January 30th 2013: It will soon become 1 year since I got baptised and made the decision that I’d commit to Christ for the rest of my life, but *sighs*, the past year has been quite a struggle to do just that, COMMIT. This is something I was hoping would have been the best decision of my life. It had me thinking “well why say you’re going to do something if you know you’re not ready?” And it’s true, I never actually really felt like I was 100% ready at the time, I kept holding back telling myself when I’m ready I’ll commit to God, when I’m a bit better. Sometimes it was even “I don’t think I could actually live this Godly lifestyle.” But the truth of the matter is if I was waiting to be ready, and waiting to be perfect, then I would have been waiting a long time.
It was a decision I decided to make after I had began to study the bible in early April/May 2012, with sisters from my church, and fallen in love with God’s word and what he did for me through the death of Jesus on the cross. My decision to get baptised was actually my response to God, to his love which he so clearly displayed to me, I surrendered, to his relentless pursuit of a relationship with me. After long months of ungratefully resisting what I felt to be such a weight of pursuit, I finally came to a place where I was humbled and actually saw my need for God, and I surrendered. It was all or nothing, do I want to live for God or live for me? That was what he was calling me to do, to drop everything and follow him.
This was the ultimatum I was faced with, I had already been living for me, making decisions on my own, living a contradicting life, believing one thing but acting the total opposite to what I believed in.
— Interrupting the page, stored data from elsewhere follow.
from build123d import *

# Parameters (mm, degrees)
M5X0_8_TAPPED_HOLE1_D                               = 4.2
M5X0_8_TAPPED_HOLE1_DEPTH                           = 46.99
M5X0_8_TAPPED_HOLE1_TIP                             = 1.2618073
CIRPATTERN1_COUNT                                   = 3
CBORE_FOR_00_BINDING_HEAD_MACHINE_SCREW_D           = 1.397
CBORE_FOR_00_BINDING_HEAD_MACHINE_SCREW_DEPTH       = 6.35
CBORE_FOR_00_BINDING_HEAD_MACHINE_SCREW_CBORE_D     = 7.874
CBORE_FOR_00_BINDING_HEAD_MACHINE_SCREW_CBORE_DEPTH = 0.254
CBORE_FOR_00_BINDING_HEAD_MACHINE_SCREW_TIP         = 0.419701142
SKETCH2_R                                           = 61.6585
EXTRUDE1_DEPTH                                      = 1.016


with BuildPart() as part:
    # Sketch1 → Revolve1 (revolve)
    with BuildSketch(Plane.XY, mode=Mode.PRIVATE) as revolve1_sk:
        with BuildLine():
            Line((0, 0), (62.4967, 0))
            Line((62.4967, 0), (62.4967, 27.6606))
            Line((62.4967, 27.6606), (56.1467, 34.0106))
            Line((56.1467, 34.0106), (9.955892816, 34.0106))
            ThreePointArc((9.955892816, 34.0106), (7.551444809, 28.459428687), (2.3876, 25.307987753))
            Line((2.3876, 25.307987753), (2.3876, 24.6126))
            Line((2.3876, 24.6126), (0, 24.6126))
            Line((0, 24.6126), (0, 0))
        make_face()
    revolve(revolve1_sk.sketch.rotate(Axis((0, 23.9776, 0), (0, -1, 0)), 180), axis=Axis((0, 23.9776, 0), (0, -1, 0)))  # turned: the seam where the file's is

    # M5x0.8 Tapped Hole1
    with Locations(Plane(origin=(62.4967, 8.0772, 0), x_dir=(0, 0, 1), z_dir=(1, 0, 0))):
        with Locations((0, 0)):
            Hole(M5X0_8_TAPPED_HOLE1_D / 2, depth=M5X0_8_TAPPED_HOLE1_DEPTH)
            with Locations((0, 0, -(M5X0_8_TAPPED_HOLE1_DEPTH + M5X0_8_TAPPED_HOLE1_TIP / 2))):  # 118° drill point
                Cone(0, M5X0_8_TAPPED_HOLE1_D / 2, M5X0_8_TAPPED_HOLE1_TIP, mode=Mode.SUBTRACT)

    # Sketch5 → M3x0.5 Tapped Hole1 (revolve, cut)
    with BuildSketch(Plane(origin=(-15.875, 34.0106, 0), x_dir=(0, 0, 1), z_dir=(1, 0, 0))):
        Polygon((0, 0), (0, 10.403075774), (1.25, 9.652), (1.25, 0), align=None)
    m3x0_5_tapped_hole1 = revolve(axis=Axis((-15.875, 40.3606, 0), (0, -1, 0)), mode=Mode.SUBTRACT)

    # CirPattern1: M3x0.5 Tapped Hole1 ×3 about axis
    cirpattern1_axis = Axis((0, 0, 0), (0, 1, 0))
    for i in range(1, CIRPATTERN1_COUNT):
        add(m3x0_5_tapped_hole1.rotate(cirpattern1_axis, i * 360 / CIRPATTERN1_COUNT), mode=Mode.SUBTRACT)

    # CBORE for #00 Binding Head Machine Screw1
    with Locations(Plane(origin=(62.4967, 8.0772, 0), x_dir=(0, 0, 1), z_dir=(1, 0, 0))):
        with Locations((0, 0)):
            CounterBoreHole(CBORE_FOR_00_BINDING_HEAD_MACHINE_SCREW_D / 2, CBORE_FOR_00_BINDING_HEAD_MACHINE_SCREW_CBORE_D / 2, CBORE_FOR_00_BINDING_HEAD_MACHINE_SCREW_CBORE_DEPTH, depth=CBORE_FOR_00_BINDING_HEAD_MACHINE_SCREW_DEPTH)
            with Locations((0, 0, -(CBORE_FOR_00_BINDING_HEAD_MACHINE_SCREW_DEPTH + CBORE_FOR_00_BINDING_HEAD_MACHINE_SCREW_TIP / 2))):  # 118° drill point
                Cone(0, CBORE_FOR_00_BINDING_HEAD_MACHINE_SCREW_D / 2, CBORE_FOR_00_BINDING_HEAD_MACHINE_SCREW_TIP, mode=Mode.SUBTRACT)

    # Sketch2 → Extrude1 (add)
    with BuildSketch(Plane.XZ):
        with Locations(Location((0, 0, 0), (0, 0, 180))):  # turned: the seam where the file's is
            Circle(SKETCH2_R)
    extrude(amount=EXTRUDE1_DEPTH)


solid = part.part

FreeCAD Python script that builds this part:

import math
import FreeCAD as App
import Part
import Sketcher

V = App.Vector
Q = App.Units.Quantity

doc = App.newDocument("Part")
body = doc.addObject("PartDesign::Body", "Body")

# Sketch on XY plane
sketch1 = doc.addObject("Sketcher::SketchObject", "Sketch")
body.addObject(sketch1)
sketch1.AttachmentSupport = (doc.XY_Plane, [""])
sketch1.MapMode = "FlatFace"
sketch1.addGeometry(Part.LineSegment(V(0, 0, 0), V(62.5, 0, 0)), False)
sketch1.addGeometry(Part.LineSegment(V(62.5, 0, 0), V(62.5, 27.7, 0)), False)
sketch1.addGeometry(Part.LineSegment(V(62.5, 27.7, 0), V(56.1, 34, 0)), False)
sketch1.addGeometry(Part.LineSegment(V(56.1, 34, 0), V(10, 34, 0)), False)
sketch1.addGeometry(Part.ArcOfCircle(Part.Circle(V(0, 35, 0), V(0, 0, 1), 10), math.radians(-76), math.radians(-6)), False)
sketch1.addGeometry(Part.LineSegment(V(2.4, 25.3, 0), V(2.4, 24.6, 0)), False)
sketch1.addGeometry(Part.LineSegment(V(2.4, 24.6, 0), V(0, 24.6, 0)), False)
sketch1.addGeometry(Part.LineSegment(V(0, 24.6, 0), V(0, 0, 0)), False)
sketch1.addConstraint(Sketcher.Constraint("Coincident", 0, 2, 1, 1))
sketch1.addConstraint(Sketcher.Constraint("Coincident", 1, 2, 2, 1))
sketch1.addConstraint(Sketcher.Constraint("Coincident", 2, 2, 3, 1))
sketch1.addConstraint(Sketcher.Constraint("Coincident", 3, 2, 4, 2))
sketch1.addConstraint(Sketcher.Constraint("Coincident", 4, 1, 5, 1))
sketch1.addConstraint(Sketcher.Constraint("Coincident", 5, 2, 6, 1))
sketch1.addConstraint(Sketcher.Constraint("Coincident", 6, 2, 7, 1))
sketch1.addConstraint(Sketcher.Constraint("Coincident", 7, 2, 0, 1))
sketch1.addConstraint(Sketcher.Constraint("Horizontal", 0))
sketch1.addConstraint(Sketcher.Constraint("Vertical", 1))
sketch1.addConstraint(Sketcher.Constraint("Horizontal", 3))
sketch1.addConstraint(Sketcher.Constraint("Vertical", 5))
sketch1.addConstraint(Sketcher.Constraint("Horizontal", 6))
sketch1.addConstraint(Sketcher.Constraint("Vertical", 7))
sketch1.addConstraint(Sketcher.Constraint("Coincident", 7, 2, -1, 1))
sketch1.addConstraint(Sketcher.Constraint("PointOnObject", 4, 3, -2))
sketch1.addConstraint(Sketcher.Constraint("Angle", 2, Q("135 deg")))
sketch1.addConstraint(Sketcher.Constraint("Radius", 4, Q("0.394 in")))
sketch1.addConstraint(Sketcher.Constraint("DistanceX", 6, 2, 6, 1, Q("0.094 in")))
sketch1.addConstraint(Sketcher.Constraint("DistanceY", 1, 1, 1, 2, Q("1.089 in")))
sketch1.addConstraint(Sketcher.Constraint("DistanceY", 7, 2, 7, 1, Q("0.969 in")))
sketch1.addConstraint(Sketcher.Constraint("DistanceY", 1, 2, 4, 3, Q("0.29 in")))
sketch1.addConstraint(Sketcher.Constraint("DistanceX", 2, 2, 1, 2, Q("0.25 in")))
sketch1.addConstraint(Sketcher.Constraint("DistanceX", 0, 1, 0, 2, Q("2.4605 in")))
revolution = doc.addObject("PartDesign::Revolution", "Revolution")
body.addObject(revolution)
revolution.Profile = sketch1
revolution.ReferenceAxis = (sketch1, ["V_Axis"])
revolution.Angle = 360

# Sketch on YZ plane
sketch2 = doc.addObject("Sketcher::SketchObject", "Sketch001")
body.addObject(sketch2)
sketch2.AttachmentSupport = (doc.YZ_Plane, [""])
sketch2.MapMode = "FlatFace"
sketch2.AttachmentOffset = App.Placement(V(0, 0, 2.4605 * 25.4), App.Rotation())
sketch2.addGeometry(Part.Circle(V(8.1, 0, 0), V(0, 0, 1), 2.1), False)
sketch2.addConstraint(Sketcher.Constraint("PointOnObject", 0, 3, -1))
sketch2.addConstraint(Sketcher.Constraint("Diameter", 0, Q("4.2 mm")))
sketch2.addConstraint(Sketcher.Constraint("DistanceX", -1, 1, 0, 3, Q("0.318 in")))
doc.recompute()
hole = doc.addObject("PartDesign::Hole", "Hole")
body.addObject(hole)
hole.Profile = sketch2
hole.ThreadType = "None"
hole.Diameter = 4.2
hole.DepthType = "Dimension"
hole.Depth = Q("1.85 in")
hole.DrillPoint = "Angled"
hole.DrillPointAngle = 118

# Sketch on YZ plane
sketch3 = doc.addObject("Sketcher::SketchObject", "Sketch002")
body.addObject(sketch3)
sketch3.AttachmentSupport = (doc.YZ_Plane, [""])
sketch3.MapMode = "FlatFace"
sketch3.AttachmentOffset = App.Placement(V(0, 0, -0.625 * 25.4), App.Rotation())
sketch3.addGeometry(Part.LineSegment(V(23.6, 0, 0), V(34, 0, 0)), False)
sketch3.addGeometry(Part.LineSegment(V(34, 0, 0), V(34, 1.2, 0)), False)
sketch3.addGeometry(Part.LineSegment(V(34, 1.2, 0), V(24.4, 1.2, 0)), False)
sketch3.addGeometry(Part.LineSegment(V(24.4, 1.2, 0), V(23.6, 0, 0)), False)
sketch3.addConstraint(Sketcher.Constraint("Coincident", 0, 2, 1, 1))
sketch3.addConstraint(Sketcher.Constraint("Coincident", 1, 2, 2, 1))
sketch3.addConstraint(Sketcher.Constraint("Coincident", 2, 2, 3, 1))
sketch3.addConstraint(Sketcher.Constraint("Coincident", 3, 2, 0, 1))
sketch3.addConstraint(Sketcher.Constraint("Horizontal", 0))
sketch3.addConstraint(Sketcher.Constraint("Vertical", 1))
sketch3.addConstraint(Sketcher.Constraint("Horizontal", 2))
sketch3.addConstraint(Sketcher.Constraint("PointOnObject", 0, 2, -1))
sketch3.addConstraint(Sketcher.Constraint("Angle", 3, Q("-121 deg")))
sketch3.addConstraint(Sketcher.Constraint("DistanceX", 2, 2, 2, 1, Q("0.38 in")))
sketch3.addConstraint(Sketcher.Constraint("DistanceX", -1, 1, 0, 2, Q("1.339 in")))
sketch3.addConstraint(Sketcher.Constraint("DistanceY", 1, 1, 1, 2, Q("1.25 mm")))
groove = doc.addObject("PartDesign::Groove", "Groove")
body.addObject(groove)
groove.Profile = sketch3
groove.ReferenceAxis = (sketch3, ["H_Axis"])
groove.Angle = 360
doc.recompute()

polarpattern = doc.addObject("PartDesign::PolarPattern", "PolarPattern")
body.addObject(polarpattern)
polarpattern.Originals = [groove]
polarpattern.Axis = (doc.Y_Axis, [""])
polarpattern.Angle = 360
polarpattern.Occurrences = 3
body.Tip = polarpattern

# Sketch on YZ plane
sketch4 = doc.addObject("Sketcher::SketchObject", "Sketch003")
body.addObject(sketch4)
sketch4.AttachmentSupport = (doc.YZ_Plane, [""])
sketch4.MapMode = "FlatFace"
sketch4.AttachmentOffset = App.Placement(V(0, 0, 2.4605 * 25.4), App.Rotation())
sketch4.addGeometry(Part.Circle(V(8.1, 0, 0), V(0, 0, 1), 0.7), False)
sketch4.addConstraint(Sketcher.Constraint("PointOnObject", 0, 3, -1))
sketch4.addConstraint(Sketcher.Constraint("Diameter", 0, Q("0.055 in")))
sketch4.addConstraint(Sketcher.Constraint("DistanceX", -1, 1, 0, 3, Q("0.318 in")))
doc.recompute()
hole2 = doc.addObject("PartDesign::Hole", "Hole001")
body.addObject(hole2)
hole2.Profile = sketch4
hole2.ThreadType = "None"
hole2.Diameter = Q("0.055 in")
hole2.DepthType = "Dimension"
hole2.Depth = Q("0.25 in")
hole2.DrillPoint = "Angled"
hole2.DrillPointAngle = 118
hole2.HoleCutType = "Counterbore"
hole2.HoleCutDiameter = Q("0.31 in")
hole2.HoleCutDepth = Q("0.01 in")

# Sketch on XZ plane
sketch5 = doc.addObject("Sketcher::SketchObject", "Sketch004")
body.addObject(sketch5)
sketch5.AttachmentSupport = (doc.XZ_Plane, [""])
sketch5.MapMode = "FlatFace"
sketch5.addGeometry(Part.Circle(V(0, 0, 0), V(0, 0, 1), 62), False)
sketch5.addConstraint(Sketcher.Constraint("Coincident", 0, 3, -1, 1))
sketch5.addConstraint(Sketcher.Constraint("Diameter", 0, Q("4.855 in")))
pad1 = doc.addObject("PartDesign::Pad", "Pad")
body.addObject(pad1)
pad1.Profile = sketch5
pad1.Length = Q("0.04 in")

doc.recompute()
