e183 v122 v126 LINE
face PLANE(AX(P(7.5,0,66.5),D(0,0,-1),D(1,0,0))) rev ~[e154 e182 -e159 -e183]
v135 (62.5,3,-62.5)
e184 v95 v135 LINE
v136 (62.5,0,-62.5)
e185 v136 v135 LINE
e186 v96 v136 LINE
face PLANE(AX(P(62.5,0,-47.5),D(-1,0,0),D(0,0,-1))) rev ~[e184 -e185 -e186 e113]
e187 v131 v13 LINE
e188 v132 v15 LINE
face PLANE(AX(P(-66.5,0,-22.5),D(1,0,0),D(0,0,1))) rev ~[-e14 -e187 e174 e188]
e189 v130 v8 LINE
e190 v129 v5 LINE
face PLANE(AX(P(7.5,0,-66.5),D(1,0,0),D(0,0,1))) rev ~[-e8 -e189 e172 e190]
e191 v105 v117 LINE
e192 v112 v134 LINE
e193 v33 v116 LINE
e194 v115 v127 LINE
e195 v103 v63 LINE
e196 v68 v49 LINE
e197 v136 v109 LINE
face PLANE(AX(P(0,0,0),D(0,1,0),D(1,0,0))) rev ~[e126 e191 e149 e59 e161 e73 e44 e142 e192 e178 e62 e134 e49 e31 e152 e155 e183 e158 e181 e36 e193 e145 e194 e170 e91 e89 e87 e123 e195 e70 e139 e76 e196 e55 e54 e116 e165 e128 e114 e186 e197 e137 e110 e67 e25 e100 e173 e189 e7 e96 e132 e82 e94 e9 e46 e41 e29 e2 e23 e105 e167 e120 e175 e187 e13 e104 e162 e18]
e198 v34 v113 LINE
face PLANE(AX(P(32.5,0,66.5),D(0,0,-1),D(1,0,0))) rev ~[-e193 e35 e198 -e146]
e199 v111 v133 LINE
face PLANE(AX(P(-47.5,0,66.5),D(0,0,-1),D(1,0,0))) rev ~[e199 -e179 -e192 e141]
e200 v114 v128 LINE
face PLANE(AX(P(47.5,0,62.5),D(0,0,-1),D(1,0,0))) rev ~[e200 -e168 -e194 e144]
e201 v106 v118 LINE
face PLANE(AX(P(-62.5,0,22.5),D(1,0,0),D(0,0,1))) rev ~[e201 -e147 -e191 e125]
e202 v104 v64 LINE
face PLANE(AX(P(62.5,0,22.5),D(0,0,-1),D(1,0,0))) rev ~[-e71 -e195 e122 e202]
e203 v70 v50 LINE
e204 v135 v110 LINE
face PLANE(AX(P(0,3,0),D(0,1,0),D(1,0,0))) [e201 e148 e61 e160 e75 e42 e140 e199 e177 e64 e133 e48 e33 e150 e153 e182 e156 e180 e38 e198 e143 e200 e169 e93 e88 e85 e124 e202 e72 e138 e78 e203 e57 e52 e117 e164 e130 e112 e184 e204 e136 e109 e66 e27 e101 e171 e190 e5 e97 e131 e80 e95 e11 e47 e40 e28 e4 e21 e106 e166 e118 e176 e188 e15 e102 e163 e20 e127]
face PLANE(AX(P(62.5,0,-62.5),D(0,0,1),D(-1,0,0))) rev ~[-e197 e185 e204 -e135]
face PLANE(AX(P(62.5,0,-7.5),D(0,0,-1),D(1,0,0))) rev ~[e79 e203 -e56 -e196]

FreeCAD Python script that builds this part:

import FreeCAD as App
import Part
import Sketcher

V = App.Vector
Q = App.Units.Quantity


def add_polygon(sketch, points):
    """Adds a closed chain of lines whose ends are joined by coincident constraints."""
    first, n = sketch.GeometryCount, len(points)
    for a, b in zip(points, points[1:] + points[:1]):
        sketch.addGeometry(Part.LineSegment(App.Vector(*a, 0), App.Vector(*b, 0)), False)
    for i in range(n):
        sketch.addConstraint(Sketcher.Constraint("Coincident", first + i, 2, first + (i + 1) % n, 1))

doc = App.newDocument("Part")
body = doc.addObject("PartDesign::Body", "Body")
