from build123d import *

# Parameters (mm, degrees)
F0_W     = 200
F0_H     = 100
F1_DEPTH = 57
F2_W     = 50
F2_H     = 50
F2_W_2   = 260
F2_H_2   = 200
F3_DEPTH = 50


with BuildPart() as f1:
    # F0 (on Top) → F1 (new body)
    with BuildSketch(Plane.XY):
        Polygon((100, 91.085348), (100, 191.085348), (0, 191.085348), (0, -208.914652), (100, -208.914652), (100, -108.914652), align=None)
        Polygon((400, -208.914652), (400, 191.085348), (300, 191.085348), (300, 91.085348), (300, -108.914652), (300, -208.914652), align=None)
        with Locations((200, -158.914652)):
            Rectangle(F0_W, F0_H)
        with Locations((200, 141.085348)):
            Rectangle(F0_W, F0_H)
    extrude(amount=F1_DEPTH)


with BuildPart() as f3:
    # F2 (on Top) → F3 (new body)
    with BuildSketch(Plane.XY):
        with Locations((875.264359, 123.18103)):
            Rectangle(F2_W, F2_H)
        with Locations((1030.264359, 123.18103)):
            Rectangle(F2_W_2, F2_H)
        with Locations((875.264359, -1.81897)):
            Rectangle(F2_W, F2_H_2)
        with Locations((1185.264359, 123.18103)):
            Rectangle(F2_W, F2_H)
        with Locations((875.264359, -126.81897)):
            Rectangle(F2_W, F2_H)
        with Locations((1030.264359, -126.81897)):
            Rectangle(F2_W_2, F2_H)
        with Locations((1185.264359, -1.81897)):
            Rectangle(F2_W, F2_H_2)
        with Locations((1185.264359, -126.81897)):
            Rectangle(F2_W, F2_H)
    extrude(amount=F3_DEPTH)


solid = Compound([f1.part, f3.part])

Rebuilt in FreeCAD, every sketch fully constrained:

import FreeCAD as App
import Part
import Sketcher
from FreeCAD import Vector


def add_polygon(sketch, points):
    """Adds a closed chain of lines whose ends are joined by coincident constraints."""
    first, n = sketch.GeometryCount, len(points)
    for a, b in zip(points, points[1:] + points[:1]):
        sketch.addGeometry(Part.LineSegment(App.Vector(*a, 0), App.Vector(*b, 0)), False)
    for i in range(n):
        sketch.addConstraint(Sketcher.Constraint("Coincident", first + i, 2, first + (i + 1) % n, 1))

doc = App.newDocument("Part")
body = doc.addObject("PartDesign::Body", "Body")

sketch1 = body.newObject("Sketcher::SketchObject", "Sketch")
sketch1.AttachmentSupport = (doc.getObject("XY_Plane"), [""])
sketch1.MapMode = "FlatFace"
add_polygon(sketch1, [(0, 191), (0, -209), (400, -209), (400, 191)])
add_polygon(sketch1, [(300, 91), (300, -109), (100, -109), (100, 91)])
sketch1.addConstraint([
    Sketcher.Constraint("Vertical", 0),
    Sketcher.Constraint("Horizontal", 1),
    Sketcher.Constraint("Vertical", 2),
    Sketcher.Constraint("Horizontal", 3),
    Sketcher.Constraint("Vertical", 4),
    Sketcher.Constraint("Horizontal", 5),
    Sketcher.Constraint("Vertical", 6),
    Sketcher.Constraint("Horizontal", 7),
    Sketcher.Constraint("PointOnObject", 0, 2, -2),
    Sketcher.Constraint("Equal", 3, 0),
    Sketcher.Constraint("Equal", 7, 4),
    Sketcher.Constraint("DistanceX", 1, 1, 1, 2, 400.0),
    Sketcher.Constraint("DistanceX", 5, 2, 5, 1, 200.0),
    Sketcher.Constraint("DistanceX", -1, 1, 4, 2, 300.0),
    Sketcher.Constraint("DistanceY", 1, 2, 4, 2, 100.0),
    Sketcher.Constraint("DistanceY", 0, 2, -1, 1, 208.914652),
])
pad1 = body.newObject("PartDesign::Pad", "Pad")
pad1.Profile = sketch1
pad1.Length = 57
body2 = doc.addObject("PartDesign::Body", "Body001")

sketch2 = body2.newObject("Sketcher::SketchObject", "Sketch001")
sketch2.AttachmentSupport = (doc.getObject("XY_Plane001"), [""])
sketch2.MapMode = "FlatFace"
add_polygon(sketch2, [(850, -152), (1210, -152), (1210, 148), (850, 148)])
add_polygon(sketch2, [(1160, -102), (900, -102), (900, 98), (1160, 98)])
sketch2.addConstraint([
    Sketcher.Constraint("Horizontal", 0),
    Sketcher.Constraint("Vertical", 1),
    Sketcher.Constraint("Horizontal", 2),
    Sketcher.Constraint("Vertical", 3),
    Sketcher.Constraint("Horizontal", 4),
    Sketcher.Constraint("Vertical", 5),
    Sketcher.Constraint("Horizontal", 6),
    Sketcher.Constraint("Vertical", 7),
    Sketcher.Constraint("DistanceX", 0, 1, 0, 2, 360.0),
    Sketcher.Constraint("DistanceX", 4, 2, 4, 1, 260.0),
    Sketcher.Constraint("DistanceY", 1, 1, 1, 2, 300.0),
    Sketcher.Constraint("DistanceY", 5, 1, 5, 2, 200.0),
    Sketcher.Constraint("DistanceX", 3, 2, 4, 2, 50.0),
    Sketcher.Constraint("DistanceY", 3, 2, 4, 2, 50.0),
    Sketcher.Constraint("DistanceX", -1, 1, 0, 2, 1210.264359),
    Sketcher.Constraint("DistanceY", 0, 2, -1, 1, 151.81897),
])
pad2 = body2.newObject("PartDesign::Pad", "Pad001")
pad2.Profile = sketch2
pad2.Length = 50

doc.recompute()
Convinced that I was already a good christian yet still chose to be bound to my sins and insecurities, until it reached a point where they became so burdensome, that I simply could not deal with any more. I knew enough was enough, I needed to give my life to Christ, I wanted to. I knew how my life was without him, and I could not continue living the same way; bound to so many inward sins, the ones people never saw. The sin conceived in my heart far outweighed my outward and what about my insecurities? These were too much for me to carry, insecurities which came from comparison, living for the approval of men, of people whose opinions weren’t relevant, people I didn’t even know that well, my looks, failed relationships, and just the position I was at in life at the time.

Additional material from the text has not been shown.